If EFLAGS.IF is set, the following assumptions are made on the executing code:
- If EFLAGS.IOPL = 3, EFLAGS.IOPL = 0 is returned in EFLAGS.
- POPF cannot be used to clear EFLAGS.IF
- RDTSC returns host cycles (could be improved if needed).
- The values returned by SGDT, SIDT, SLDT are invalid.
- Reading CS.rpl and SS.rpl always returns 3 regardless of the CPL.
- in 64 bit mode with CPL != 3, reading SS.sel does not give 0 if the OS stored 0 in it.
- LAR, LSL, VERR, VERW return invalid results if CPL != 3.
- The CS and SS segment cache must be consistent with the descriptor tables.
- The DS, ES, FS, and GS segment cache must be consistent with the descriptor tables for CPL = 3.
- Some rarely used intructions trap to the user space client (performance issue).
If eflags.IF if reset the code is interpreted, so the VM code can be accurately executed.

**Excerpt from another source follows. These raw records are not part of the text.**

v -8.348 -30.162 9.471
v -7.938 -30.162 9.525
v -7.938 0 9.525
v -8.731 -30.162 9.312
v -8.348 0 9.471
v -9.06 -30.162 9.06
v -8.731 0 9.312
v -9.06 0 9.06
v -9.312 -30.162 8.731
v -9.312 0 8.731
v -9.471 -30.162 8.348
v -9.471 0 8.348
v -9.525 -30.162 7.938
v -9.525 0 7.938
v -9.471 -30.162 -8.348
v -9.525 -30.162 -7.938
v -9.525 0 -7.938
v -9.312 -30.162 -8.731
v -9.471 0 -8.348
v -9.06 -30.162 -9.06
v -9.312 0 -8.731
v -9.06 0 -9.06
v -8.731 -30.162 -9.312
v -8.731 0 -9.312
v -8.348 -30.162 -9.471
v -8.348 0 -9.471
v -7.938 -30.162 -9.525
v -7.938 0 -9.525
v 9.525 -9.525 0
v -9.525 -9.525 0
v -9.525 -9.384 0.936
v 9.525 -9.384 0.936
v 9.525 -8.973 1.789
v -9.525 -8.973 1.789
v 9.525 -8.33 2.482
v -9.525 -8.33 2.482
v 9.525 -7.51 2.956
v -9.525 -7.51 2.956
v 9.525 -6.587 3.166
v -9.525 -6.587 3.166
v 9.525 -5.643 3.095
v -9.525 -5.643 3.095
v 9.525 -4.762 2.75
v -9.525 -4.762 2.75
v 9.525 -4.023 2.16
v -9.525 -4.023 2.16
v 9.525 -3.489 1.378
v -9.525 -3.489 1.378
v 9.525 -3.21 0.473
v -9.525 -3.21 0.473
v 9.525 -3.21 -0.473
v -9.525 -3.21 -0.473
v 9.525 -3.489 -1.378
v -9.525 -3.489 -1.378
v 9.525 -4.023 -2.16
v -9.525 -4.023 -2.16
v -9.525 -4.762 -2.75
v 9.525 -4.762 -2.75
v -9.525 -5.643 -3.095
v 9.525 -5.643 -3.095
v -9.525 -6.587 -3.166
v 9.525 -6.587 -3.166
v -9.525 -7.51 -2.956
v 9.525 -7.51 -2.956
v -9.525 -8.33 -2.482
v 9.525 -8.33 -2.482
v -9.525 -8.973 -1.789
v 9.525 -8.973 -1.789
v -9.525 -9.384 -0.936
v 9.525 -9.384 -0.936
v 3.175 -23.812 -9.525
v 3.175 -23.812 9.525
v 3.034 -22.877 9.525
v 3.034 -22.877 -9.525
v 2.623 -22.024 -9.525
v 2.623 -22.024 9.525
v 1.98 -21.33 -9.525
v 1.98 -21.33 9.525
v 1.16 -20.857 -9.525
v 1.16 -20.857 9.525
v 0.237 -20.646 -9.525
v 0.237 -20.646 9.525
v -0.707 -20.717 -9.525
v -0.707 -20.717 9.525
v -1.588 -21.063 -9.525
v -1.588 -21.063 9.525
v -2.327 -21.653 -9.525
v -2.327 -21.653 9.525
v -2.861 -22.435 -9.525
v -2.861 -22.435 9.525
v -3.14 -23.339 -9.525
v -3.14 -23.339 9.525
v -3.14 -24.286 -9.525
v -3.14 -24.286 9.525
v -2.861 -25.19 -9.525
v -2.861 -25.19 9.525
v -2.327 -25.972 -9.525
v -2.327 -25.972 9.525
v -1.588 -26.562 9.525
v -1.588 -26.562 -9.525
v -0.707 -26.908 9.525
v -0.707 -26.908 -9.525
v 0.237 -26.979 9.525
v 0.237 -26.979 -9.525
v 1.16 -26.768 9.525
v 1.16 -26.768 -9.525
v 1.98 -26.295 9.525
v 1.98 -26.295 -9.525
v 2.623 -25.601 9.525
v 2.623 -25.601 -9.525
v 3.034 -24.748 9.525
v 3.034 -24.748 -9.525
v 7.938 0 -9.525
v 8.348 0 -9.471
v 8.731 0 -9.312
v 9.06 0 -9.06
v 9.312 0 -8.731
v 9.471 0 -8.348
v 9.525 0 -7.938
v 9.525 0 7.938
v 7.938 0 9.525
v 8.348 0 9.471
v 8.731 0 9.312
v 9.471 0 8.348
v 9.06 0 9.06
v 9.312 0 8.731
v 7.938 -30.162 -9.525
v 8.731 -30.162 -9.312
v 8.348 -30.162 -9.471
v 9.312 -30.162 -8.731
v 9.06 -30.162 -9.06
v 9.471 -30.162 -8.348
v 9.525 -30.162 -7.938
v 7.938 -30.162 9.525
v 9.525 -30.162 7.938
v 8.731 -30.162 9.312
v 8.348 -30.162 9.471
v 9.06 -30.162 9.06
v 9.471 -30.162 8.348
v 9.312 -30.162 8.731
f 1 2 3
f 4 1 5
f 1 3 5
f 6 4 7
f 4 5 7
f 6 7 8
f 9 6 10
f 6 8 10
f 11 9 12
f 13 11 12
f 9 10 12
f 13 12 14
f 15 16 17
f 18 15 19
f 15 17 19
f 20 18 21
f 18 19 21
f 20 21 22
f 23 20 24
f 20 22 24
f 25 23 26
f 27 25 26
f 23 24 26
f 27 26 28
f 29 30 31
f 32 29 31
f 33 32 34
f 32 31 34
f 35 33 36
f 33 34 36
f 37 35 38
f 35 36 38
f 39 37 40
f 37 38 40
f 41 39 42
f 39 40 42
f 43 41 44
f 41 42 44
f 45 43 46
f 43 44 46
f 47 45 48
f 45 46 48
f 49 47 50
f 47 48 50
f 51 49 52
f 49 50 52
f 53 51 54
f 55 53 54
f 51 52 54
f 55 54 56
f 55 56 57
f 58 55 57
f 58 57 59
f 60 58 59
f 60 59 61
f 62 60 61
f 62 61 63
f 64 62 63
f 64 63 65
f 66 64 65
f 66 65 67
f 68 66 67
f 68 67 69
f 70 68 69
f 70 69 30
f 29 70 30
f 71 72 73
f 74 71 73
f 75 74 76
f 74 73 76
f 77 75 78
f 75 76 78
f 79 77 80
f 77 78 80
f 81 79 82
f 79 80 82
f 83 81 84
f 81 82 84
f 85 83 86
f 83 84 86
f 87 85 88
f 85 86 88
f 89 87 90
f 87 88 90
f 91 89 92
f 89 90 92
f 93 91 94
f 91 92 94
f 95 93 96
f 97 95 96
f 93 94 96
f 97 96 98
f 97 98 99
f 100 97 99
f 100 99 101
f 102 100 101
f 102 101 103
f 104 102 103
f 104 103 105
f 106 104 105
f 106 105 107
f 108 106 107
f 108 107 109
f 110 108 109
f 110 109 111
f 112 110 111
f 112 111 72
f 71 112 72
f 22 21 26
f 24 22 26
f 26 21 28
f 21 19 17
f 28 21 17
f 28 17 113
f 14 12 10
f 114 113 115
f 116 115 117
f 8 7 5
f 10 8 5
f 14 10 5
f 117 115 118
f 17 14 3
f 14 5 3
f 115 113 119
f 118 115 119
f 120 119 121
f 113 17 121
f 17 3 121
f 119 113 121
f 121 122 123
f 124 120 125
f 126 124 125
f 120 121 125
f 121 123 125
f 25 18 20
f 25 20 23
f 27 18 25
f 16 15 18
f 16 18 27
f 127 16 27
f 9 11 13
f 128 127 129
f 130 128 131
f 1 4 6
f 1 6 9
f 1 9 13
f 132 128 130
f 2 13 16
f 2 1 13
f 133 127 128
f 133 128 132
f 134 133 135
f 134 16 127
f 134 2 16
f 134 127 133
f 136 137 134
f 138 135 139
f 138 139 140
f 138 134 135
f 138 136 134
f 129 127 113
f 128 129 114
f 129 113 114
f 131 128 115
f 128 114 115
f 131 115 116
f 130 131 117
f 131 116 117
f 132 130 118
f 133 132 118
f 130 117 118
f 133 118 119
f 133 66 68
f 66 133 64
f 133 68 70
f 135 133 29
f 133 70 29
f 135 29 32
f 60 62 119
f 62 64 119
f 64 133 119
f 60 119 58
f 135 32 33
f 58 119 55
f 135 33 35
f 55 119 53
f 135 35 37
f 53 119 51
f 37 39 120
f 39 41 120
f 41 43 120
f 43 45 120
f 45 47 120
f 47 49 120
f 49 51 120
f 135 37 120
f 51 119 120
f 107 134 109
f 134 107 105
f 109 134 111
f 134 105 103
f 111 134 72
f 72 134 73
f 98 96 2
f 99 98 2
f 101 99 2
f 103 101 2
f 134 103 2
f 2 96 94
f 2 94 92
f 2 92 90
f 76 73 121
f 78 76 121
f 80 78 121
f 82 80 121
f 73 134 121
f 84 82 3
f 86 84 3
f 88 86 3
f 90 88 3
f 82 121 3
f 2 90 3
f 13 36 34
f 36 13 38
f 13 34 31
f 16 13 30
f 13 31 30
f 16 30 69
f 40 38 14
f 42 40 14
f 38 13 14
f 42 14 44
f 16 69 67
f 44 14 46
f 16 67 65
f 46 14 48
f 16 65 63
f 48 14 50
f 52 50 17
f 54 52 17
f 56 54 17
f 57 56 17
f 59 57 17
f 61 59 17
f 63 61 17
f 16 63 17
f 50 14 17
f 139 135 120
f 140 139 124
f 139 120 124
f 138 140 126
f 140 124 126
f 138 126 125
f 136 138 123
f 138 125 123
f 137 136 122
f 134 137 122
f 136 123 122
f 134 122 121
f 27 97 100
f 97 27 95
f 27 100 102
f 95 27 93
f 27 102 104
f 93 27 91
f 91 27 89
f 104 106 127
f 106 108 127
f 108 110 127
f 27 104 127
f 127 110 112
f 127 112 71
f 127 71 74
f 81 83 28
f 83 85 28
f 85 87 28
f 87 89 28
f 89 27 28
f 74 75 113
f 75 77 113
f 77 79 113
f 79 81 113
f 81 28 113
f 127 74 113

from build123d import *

# Parameters (mm, degrees)
F1_DEPTH = 30.1625
F2_R     = 3.175
F3_DEPTH = 19.051
F4_R     = 3.175
F5_DEPTH = 19.051


with BuildPart() as f1:
    # F0 (on Front) → F1 (new body)
    with BuildSketch(Plane.XZ):
        with BuildLine():
            ThreePointArc((9.525, 7.9375), (9.060032, 9.060032), (7.9375, 9.525))
            Line((7.9375, 9.525), (-7.9375, 9.525))
            ThreePointArc((-7.9375, 9.525), (-9.060032, 9.060032), (-9.525, 7.9375))
            Line((-9.525, 7.9375), (-9.525, -7.9375))
            ThreePointArc((-9.525, -7.9375), (-9.060032, -9.060032), (-7.9375, -9.525))
            Line((-7.9375, -9.525), (7.9375, -9.525))
            ThreePointArc((7.9375, -9.525), (9.060032, -9.060032), (9.525, -7.9375))
            Line((9.525, -7.9375), (9.525, 7.9375))
        make_face()
    extrude(amount=F1_DEPTH)

    # F2 (on face) → F3 (cut, through all)
    with BuildSketch(Plane.XY.offset(9.525)):
        with Locations((0, -23.8125)):
            Circle(F2_R)
    extrude(amount=-F3_DEPTH, mode=Mode.SUBTRACT)

    # F4 (on face) → F5 (cut, through all)
    with BuildSketch(Plane(origin=(-9.525, 0, 0), x_dir=(0, -1, 0), z_dir=(-1, 0, 0))):
        with Locations((6.35, 0)):
            Circle(F4_R)
    extrude(amount=-F5_DEPTH, mode=Mode.SUBTRACT)


solid = f1.part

Some intructions trap to the user space emulator because the interpreter does not handle them. A limitation of the interpreter is that currently segment limits are not always tested.
Security
The VM code is always run with CPL = 3 on the host, so the VM code has no more priviliedge than regular user code.
The MMU is used to protect the memory used by the KQEMU monitor. That way, no segment limit patching is necessary. Moreover, the guest OS is free to use any virtual address, in particular the ones near the start or the end of the virtual address space. The price to pay is that CR3 must be modified at every emulated system call because different page tables are needed for user and kernel modes.
Developments Ideas
- Instead of interpreting the code when IF=0, compile it dynamically. The dynamic compiler itself can be implemented in user space, so the kernel module would be simplified.
- Use APIs closer to KVM.
- Optimization of the page table shadowing. A shadow page table cache could be implemented by tracking the modification of the guest page tables. The exact performance gains are difficult to estimate because the tracking itself would introduce some performance loss.
- Support of guest SMP. There is no particular problem except when a RAM page must be unlocked because the host has not enough memory. This particular case needs specific Inter Processor Interrupts (IPI).
- Dynamic relocation of the monitor code so that a 32 MB hole in the guest address space is found automatically without making assumptions on the guest OS.